How can I install just security updates from the command line?

The package unattended-upgrades provides functionality to install security updates automatically.

You could use this, but instead of configuring the automatic part you could call it manually:

sudo unattended-upgrade -d --dry-run
sudo unattended-upgrade -d # Idem --debug

If you want to run it quietly instead:

sudo unattended-upgrade

Note: When you call unattended-upgrade you leave the "s" off the end (on newer versions there is a symlink to avoid this).

This assumes that the package is installed by default, which it probably is. If not, just do:

sudo apt install unattended-upgrades

See also /usr/share/doc/unattended-upgrades/README.md.


A Few Tips On How To Manage Updates

This applies both to Debian and Ubuntu, but more specific instructions for Ubuntu follow.

  • Show security updates only :

    apt-get -s dist-upgrade |grep "^Inst" |grep -i securi 
    

    or

    sudo unattended-upgrade --dry-run -d
    

    or

    /usr/lib/update-notifier/apt-check -p
    
  • Show all upgradeable packages

    apt-get -s dist-upgrade | grep "^Inst"
    
  • Install security updates only

    apt-get -s dist-upgrade | grep "^Inst" | 
        grep -i securi | awk -F " " {'print $2'} | 
        xargs apt-get install
    

Notes:

  • Sometimes Ubuntu shows security updates as if they're coming from $release-updates repository. This is so, I'm told, because Ubuntu developers push security updates to $release-updates repository as well to expedite their availability.

    If that's the case, you can do the following to show security updates only:

    sudo sh -c 'grep ^deb /etc/apt/sources.list | 
        grep security > /etc/apt/sources.security.only.list'
    

    and

    apt-get -s dist-upgrade -o Dir::Etc::SourceList=/etc/apt/sources.security.only.list -o Dir::Etc::SourceParts=/dev/null  | 
        grep "^Inst" | awk -F " " {'print $2'}
    
  • Check what services need to be restarted after package upgrades. Figure out what packages you are going to upgrade beforehand and schedule your restarts/reboots.

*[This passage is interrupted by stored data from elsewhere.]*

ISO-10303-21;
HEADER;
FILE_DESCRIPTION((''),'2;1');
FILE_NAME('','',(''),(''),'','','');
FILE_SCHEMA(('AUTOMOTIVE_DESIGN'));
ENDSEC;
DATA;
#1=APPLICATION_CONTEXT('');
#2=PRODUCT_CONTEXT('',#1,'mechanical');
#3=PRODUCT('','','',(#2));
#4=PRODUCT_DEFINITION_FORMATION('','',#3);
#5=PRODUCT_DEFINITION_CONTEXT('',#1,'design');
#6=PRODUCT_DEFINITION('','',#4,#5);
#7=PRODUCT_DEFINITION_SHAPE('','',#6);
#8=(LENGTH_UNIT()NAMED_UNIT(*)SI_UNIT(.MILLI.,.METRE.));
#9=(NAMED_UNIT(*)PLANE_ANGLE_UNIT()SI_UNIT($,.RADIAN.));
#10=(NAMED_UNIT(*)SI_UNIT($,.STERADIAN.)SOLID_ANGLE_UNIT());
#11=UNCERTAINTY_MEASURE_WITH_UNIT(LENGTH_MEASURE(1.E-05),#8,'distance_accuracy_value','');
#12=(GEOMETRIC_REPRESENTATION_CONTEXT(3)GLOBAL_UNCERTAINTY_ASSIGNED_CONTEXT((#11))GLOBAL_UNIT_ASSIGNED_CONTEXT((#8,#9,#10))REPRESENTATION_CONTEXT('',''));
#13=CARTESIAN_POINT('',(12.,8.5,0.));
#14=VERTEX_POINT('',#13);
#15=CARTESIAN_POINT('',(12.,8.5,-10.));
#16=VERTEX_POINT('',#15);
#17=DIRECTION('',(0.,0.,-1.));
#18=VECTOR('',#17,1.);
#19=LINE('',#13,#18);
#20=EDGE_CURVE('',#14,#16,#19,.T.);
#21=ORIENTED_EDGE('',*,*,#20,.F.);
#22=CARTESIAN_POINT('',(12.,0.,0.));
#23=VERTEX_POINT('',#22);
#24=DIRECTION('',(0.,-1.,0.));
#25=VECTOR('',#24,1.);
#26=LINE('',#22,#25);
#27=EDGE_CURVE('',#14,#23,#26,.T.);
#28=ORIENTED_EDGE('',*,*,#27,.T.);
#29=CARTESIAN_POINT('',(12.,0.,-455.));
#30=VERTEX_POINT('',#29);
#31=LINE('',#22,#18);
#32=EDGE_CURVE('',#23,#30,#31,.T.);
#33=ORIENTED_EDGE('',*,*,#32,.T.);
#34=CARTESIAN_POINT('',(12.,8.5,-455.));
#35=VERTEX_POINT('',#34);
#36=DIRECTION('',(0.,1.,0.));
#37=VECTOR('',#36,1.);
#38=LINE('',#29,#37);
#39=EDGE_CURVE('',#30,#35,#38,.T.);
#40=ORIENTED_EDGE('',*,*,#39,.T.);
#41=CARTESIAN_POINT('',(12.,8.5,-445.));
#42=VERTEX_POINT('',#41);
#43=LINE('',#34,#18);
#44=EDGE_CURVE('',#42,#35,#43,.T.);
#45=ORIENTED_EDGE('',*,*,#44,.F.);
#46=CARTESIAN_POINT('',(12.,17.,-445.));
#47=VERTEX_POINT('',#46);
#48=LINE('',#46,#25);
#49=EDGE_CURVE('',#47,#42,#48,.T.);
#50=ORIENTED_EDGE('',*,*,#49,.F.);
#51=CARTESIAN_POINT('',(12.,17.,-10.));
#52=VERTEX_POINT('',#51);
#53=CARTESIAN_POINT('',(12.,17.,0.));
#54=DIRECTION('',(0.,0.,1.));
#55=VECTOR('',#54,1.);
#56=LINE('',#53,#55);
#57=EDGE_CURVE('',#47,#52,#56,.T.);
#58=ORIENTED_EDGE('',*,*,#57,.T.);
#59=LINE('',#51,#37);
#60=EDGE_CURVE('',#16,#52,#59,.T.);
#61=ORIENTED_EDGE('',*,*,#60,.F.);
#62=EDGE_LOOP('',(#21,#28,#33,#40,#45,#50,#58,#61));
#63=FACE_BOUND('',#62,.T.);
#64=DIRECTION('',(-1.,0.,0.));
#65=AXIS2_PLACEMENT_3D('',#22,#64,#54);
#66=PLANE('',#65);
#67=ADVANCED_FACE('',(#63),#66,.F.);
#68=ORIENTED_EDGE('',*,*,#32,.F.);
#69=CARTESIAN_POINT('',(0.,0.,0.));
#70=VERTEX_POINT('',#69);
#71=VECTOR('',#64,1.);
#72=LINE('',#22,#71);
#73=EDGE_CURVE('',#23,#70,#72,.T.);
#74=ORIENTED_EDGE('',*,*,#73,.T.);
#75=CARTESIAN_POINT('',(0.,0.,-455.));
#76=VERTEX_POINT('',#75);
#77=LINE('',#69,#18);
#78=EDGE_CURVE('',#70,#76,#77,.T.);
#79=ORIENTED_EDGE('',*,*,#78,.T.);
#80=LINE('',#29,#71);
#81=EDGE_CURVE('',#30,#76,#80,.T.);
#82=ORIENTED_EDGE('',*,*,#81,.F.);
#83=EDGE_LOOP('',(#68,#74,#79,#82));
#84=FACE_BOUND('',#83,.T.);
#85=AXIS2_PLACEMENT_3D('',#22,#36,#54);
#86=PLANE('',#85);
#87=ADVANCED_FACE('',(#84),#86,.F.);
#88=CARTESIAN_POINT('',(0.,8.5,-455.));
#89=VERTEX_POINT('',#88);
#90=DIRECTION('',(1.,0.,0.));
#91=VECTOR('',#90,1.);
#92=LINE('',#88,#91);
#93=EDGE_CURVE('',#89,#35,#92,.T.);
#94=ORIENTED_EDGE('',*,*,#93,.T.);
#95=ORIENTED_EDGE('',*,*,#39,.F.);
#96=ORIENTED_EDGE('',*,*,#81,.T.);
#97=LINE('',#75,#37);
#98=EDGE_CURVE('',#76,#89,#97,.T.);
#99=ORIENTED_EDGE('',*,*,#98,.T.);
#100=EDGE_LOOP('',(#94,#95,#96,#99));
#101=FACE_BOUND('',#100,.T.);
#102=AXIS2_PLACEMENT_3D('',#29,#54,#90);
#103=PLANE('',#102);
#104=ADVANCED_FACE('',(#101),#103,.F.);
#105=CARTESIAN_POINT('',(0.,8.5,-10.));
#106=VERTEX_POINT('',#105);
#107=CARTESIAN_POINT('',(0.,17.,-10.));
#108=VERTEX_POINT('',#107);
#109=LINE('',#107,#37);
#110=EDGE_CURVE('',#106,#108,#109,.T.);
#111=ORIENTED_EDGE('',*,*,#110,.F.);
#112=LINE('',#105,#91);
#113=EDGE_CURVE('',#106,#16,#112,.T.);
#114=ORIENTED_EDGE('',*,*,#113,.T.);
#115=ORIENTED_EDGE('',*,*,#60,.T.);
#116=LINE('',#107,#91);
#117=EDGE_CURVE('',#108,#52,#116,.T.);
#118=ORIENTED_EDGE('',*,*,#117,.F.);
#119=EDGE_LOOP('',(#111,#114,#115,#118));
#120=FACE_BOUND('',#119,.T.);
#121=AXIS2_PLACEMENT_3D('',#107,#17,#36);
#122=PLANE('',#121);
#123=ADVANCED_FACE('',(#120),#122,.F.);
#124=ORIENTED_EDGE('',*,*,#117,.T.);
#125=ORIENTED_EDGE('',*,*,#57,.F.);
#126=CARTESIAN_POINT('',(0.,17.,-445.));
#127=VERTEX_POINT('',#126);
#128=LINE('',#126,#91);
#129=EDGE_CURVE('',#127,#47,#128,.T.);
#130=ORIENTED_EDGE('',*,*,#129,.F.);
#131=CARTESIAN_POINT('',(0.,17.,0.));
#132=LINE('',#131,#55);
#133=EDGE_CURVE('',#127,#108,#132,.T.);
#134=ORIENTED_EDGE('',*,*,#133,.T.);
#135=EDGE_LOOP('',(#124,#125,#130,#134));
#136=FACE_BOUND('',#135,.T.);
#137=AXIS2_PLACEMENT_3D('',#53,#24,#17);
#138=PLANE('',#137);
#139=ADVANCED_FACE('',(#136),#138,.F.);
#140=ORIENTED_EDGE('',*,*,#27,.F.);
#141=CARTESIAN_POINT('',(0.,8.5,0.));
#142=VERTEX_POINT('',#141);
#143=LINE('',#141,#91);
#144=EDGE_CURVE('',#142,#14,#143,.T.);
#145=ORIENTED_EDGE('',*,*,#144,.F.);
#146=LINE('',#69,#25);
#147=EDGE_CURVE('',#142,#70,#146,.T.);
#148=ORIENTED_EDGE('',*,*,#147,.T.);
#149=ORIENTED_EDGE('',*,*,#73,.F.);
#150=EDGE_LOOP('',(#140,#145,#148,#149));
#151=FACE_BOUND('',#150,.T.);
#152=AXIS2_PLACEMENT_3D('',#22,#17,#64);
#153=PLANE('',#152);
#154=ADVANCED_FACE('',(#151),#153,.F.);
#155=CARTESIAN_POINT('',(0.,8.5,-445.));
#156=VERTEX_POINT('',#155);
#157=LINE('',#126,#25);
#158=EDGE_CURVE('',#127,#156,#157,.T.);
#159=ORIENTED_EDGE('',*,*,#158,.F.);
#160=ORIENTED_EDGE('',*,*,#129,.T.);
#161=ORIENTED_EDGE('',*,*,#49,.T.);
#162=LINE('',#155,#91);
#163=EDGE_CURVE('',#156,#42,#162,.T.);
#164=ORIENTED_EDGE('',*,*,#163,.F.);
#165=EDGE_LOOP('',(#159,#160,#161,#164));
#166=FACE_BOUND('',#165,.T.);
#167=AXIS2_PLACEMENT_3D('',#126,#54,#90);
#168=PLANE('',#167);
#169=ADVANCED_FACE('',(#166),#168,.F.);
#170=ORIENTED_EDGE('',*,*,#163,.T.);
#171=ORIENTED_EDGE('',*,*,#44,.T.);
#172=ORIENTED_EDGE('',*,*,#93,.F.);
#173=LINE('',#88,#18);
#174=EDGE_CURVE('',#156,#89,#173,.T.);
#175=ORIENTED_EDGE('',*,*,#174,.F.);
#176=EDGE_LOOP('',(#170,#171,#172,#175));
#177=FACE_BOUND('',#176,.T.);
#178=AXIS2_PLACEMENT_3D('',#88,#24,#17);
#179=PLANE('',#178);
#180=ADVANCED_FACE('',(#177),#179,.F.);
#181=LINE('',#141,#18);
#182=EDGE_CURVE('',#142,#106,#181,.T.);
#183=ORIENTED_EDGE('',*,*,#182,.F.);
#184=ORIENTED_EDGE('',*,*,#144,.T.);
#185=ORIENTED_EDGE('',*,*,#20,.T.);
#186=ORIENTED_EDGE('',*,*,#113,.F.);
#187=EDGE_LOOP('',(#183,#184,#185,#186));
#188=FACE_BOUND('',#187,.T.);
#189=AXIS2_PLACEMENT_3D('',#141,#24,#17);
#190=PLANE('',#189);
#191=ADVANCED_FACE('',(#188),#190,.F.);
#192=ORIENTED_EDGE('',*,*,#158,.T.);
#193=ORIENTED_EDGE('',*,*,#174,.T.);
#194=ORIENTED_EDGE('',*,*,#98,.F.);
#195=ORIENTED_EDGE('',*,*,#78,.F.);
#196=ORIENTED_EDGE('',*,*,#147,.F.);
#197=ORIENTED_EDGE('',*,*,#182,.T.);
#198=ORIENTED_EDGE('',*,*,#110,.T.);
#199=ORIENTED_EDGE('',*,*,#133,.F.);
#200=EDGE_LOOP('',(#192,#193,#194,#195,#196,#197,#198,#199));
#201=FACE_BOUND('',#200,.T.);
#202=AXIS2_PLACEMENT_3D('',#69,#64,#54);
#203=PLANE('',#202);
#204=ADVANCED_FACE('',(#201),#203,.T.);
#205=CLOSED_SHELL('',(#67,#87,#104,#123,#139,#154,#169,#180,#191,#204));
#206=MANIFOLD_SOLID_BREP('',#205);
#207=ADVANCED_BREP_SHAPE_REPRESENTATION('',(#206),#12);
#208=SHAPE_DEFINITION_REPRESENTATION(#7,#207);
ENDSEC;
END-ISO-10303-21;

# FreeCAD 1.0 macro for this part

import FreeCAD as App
import Part
import Sketcher
from FreeCAD import Vector
Q = App.Units.Quantity

doc = App.newDocument("Part")
body = doc.addObject("PartDesign::Body", "Body")

# Sketch on YZ plane
sketch1 = doc.addObject("Sketcher::SketchObject", "Sketch")
body.addObject(sketch1)
sketch1.AttachmentSupport = (doc.YZ_Plane, [""])
sketch1.MapMode = "FlatFace"
sketch1.addGeometry(Part.LineSegment(Vector(17, 0, 0), Vector(0, 0, 0)), False)
sketch1.addGeometry(Part.LineSegment(Vector(0, 0, 0), Vector(0, -455, 0)), False)
sketch1.addGeometry(Part.LineSegment(Vector(0, -455, 0), Vector(17, -455, 0)), False)
sketch1.addGeometry(Part.LineSegment(Vector(17, -455, 0), Vector(17, 0, 0)), False)
sketch1.addConstraint(Sketcher.Constraint("Coincident", 0, 2, 1, 1))
sketch1.addConstraint(Sketcher.Constraint("Coincident", 1, 2, 2, 1))
sketch1.addConstraint(Sketcher.Constraint("Coincident", 2, 2, 3, 1))
sketch1.addConstraint(Sketcher.Constraint("Coincident", 3, 2, 0, 1))
sketch1.addConstraint(Sketcher.Constraint("Horizontal", 0))
sketch1.addConstraint(Sketcher.Constraint("Vertical", 1))
sketch1.addConstraint(Sketcher.Constraint("Horizontal", 2))
sketch1.addConstraint(Sketcher.Constraint("Vertical", 3))
sketch1.addConstraint(Sketcher.Constraint("Coincident", 0, 2, -1, 1))
sketch1.addConstraint(Sketcher.Constraint("DistanceX", 0, 2, 0, 1, Q("17 mm")))
sketch1.addConstraint(Sketcher.Constraint("DistanceY", 1, 2, 1, 1, Q("455 mm")))
pad1 = doc.addObject("PartDesign::Pad", "Pad")
body.addObject(pad1)
pad1.Profile = sketch1
pad1.Length = 12

# Sketch on YZ plane
sketch2 = doc.addObject("Sketcher::SketchObject", "Sketch001")
body.addObject(sketch2)
sketch2.AttachmentSupport = (doc.YZ_Plane, [""])
sketch2.MapMode = "FlatFace"
sketch2.AttachmentOffset = App.Placement(Vector(0, 0, 12), App.Rotation())
sketch2.addGeometry(Part.LineSegment(Vector(17, 0, 0), Vector(8, 0, 0)), False)
sketch2.addGeometry(Part.LineSegment(Vector(8, 0, 0), Vector(8, -10, 0)), False)
sketch2.addGeometry(Part.LineSegment(Vector(8, -10, 0), Vector(17, -10, 0)), False)
sketch2.addGeometry(Part.LineSegment(Vector(17, -10, 0), Vector(17, 0, 0)), False)
sketch2.addGeometry(Part.LineSegment(Vector(17, -445, 0), Vector(8, -445, 0)), False)
sketch2.addGeometry(Part.LineSegment(Vector(8, -445, 0), Vector(8, -455, 0)), False)
sketch2.addGeometry(Part.LineSegment(Vector(8, -455, 0), Vector(17, -455, 0)), False)
sketch2.addGeometry(Part.LineSegment(Vector(17, -455, 0), Vector(17, -445, 0)), False)
sketch2.addConstraint(Sketcher.Constraint("Coincident", 0, 2, 1, 1))
sketch2.addConstraint(Sketcher.Constraint("Coincident", 1, 2, 2, 1))
sketch2.addConstraint(Sketcher.Constraint("Coincident", 2, 2, 3, 1))
sketch2.addConstraint(Sketcher.Constraint("Coincident", 3, 2, 0, 1))
sketch2.addConstraint(Sketcher.Constraint("Coincident", 4, 2, 5, 1))
sketch2.addConstraint(Sketcher.Constraint("Coincident", 5, 2, 6, 1))
sketch2.addConstraint(Sketcher.Constraint("Coincident", 6, 2, 7, 1))
sketch2.addConstraint(Sketcher.Constraint("Coincident", 7, 2, 4, 1))
sketch2.addConstraint(Sketcher.Constraint("Horizontal", 0))
sketch2.addConstraint(Sketcher.Constraint("Vertical", 1))
sketch2.addConstraint(Sketcher.Constraint("Horizontal", 2))
sketch2.addConstraint(Sketcher.Constraint("Vertical", 3))
sketch2.addConstraint(Sketcher.Constraint("Horizontal", 4))
sketch2.addConstraint(Sketcher.Constraint("Vertical", 5))
sketch2.addConstraint(Sketcher.Constraint("Horizontal", 6))
sketch2.addConstraint(Sketcher.Constraint("Vertical", 7))
sketch2.addConstraint(Sketcher.Constraint("PointOnObject", 0, 2, -1))
sketch2.addConstraint(Sketcher.Constraint("Vertical", 1, 2, 4, 2))
sketch2.addConstraint(Sketcher.Constraint("Vertical", 3, 2, 6, 2))
sketch2.addConstraint(Sketcher.Constraint("Equal", 3, 5))
sketch2.addConstraint(Sketcher.Constraint("DistanceY", 1, 2, 1, 1, Q("10 mm")))
sketch2.addConstraint(Sketcher.Constraint("DistanceX", 0, 2, 0, 1, Q("8.5 mm")))
sketch2.addConstraint(Sketcher.Constraint("DistanceX", -1, 1, 2, 2, Q("17 mm")))
sketch2.addConstraint(Sketcher.Constraint("DistanceY", 4, 2, -1, 1, Q("445 mm")))
pocket1 = doc.addObject("PartDesign::Pocket", "Pocket")
body.addObject(pocket1)
pocket1.Profile = sketch2
pocket1.Length = 12

doc.recompute()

The problem here is that unless you restart a service it still may be using an older version of a library (most common reason) that's been loaded into memory before you installed new package which fixes a security vulnerability or whatever.

    checkrestart -v
    

    However, keep in mind that checkrestart may list processes that shouldn't necessarily be restarted. For example, PostgreSQL service may be keeping in its memory reference to an already deleted xlog file, which isn't a valid reason to restart the service.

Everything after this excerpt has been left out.